Collected data entries
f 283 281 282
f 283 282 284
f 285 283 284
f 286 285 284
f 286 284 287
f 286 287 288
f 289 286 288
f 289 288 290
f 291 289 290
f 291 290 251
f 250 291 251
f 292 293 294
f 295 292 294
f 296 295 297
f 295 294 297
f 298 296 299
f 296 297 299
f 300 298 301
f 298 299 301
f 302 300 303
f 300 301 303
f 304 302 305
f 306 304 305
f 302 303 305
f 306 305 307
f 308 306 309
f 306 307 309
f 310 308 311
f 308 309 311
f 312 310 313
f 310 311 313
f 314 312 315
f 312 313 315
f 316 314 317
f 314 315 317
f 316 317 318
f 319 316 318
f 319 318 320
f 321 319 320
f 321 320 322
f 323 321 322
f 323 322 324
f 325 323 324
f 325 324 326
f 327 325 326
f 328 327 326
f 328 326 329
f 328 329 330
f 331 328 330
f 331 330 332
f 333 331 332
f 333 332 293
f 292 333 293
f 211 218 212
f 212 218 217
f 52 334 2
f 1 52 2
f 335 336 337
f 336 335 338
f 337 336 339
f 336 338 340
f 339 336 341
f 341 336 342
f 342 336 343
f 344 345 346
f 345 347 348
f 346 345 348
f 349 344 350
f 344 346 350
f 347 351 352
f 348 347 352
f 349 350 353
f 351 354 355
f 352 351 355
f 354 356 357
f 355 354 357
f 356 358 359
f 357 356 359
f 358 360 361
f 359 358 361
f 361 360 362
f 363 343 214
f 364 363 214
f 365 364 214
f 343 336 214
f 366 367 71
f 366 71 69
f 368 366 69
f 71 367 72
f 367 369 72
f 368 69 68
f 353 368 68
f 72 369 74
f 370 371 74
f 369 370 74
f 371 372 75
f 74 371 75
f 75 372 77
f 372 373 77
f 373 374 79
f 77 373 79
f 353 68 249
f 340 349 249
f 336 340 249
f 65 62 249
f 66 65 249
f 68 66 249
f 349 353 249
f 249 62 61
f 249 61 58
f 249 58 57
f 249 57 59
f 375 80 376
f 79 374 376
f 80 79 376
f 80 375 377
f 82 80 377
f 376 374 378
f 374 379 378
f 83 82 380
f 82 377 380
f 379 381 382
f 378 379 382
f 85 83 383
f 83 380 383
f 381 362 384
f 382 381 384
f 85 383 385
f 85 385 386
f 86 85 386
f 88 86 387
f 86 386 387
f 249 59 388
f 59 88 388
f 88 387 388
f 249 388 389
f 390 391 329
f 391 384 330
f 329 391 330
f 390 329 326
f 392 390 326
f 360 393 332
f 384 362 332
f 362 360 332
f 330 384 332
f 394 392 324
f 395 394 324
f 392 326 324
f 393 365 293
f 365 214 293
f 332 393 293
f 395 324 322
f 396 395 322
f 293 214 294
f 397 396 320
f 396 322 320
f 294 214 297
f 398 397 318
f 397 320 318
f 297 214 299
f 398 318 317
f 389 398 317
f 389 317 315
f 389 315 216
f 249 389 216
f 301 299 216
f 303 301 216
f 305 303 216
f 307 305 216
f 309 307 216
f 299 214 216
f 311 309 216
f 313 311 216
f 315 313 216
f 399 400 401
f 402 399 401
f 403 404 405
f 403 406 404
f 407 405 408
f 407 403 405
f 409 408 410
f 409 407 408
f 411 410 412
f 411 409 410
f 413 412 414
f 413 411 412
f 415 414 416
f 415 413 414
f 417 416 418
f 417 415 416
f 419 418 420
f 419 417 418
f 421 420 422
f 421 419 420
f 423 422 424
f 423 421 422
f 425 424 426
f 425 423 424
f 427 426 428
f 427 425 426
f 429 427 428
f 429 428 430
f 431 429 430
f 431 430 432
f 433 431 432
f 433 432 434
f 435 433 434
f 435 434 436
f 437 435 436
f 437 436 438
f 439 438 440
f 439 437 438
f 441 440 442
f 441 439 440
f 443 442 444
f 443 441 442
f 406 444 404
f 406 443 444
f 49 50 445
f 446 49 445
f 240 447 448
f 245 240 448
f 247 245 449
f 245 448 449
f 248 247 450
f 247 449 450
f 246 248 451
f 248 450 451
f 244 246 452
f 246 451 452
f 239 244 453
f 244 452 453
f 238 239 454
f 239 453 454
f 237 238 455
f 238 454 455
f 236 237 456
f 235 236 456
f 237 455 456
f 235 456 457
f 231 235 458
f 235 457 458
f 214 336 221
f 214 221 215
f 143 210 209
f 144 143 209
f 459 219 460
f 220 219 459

▶ _ABOUT THIS TASK_
From the entries above, write out only the lines starting at the line that holds "f 333 332 293" and ending at the line that holds "f 397 320 318", keeping both and matching them exactly.

▶ _SOLUTION TO THE EXERCISE_
f 333 332 293
f 292 333 293
f 211 218 212
f 212 218 217
f 52 334 2
f 1 52 2
f 335 336 337
f 336 335 338
f 337 336 339
f 336 338 340
f 339 336 341
f 341 336 342
f 342 336 343
f 344 345 346
f 345 347 348
f 346 345 348
f 349 344 350
f 344 346 350
f 347 351 352
f 348 347 352
f 349 350 353
f 351 354 355
f 352 351 355
f 354 356 357
f 355 354 357
f 356 358 359
f 357 356 359
f 358 360 361
f 359 358 361
f 361 360 362
f 363 343 214
f 364 363 214
f 365 364 214
f 343 336 214
f 366 367 71
f 366 71 69
f 368 366 69
f 71 367 72
f 367 369 72
f 368 69 68
f 353 368 68
f 72 369 74
f 370 371 74
f 369 370 74
f 371 372 75
f 74 371 75
f 75 372 77
f 372 373 77
f 373 374 79
f 77 373 79
f 353 68 249
f 340 349 249
f 336 340 249
f 65 62 249
f 66 65 249
f 68 66 249
f 349 353 249
f 249 62 61
f 249 61 58
f 249 58 57
f 249 57 59
f 375 80 376
f 79 374 376
f 80 79 376
f 80 375 377
f 82 80 377
f 376 374 378
f 374 379 378
f 83 82 380
f 82 377 380
f 379 381 382
f 378 379 382
f 85 83 383
f 83 380 383
f 381 362 384
f 382 381 384
f 85 383 385
f 85 385 386
f 86 85 386
f 88 86 387
f 86 386 387
f 249 59 388
f 59 88 388
f 88 387 388
f 249 388 389
f 390 391 329
f 391 384 330
f 329 391 330
f 390 329 326
f 392 390 326
f 360 393 332
f 384 362 332
f 362 360 332
f 330 384 332
f 394 392 324
f 395 394 324
f 392 326 324
f 393 365 293
f 365 214 293
f 332 393 293
f 395 324 322
f 396 395 322
f 293 214 294
f 397 396 320
f 396 322 320
f 294 214 297
f 398 397 318
f 397 320 318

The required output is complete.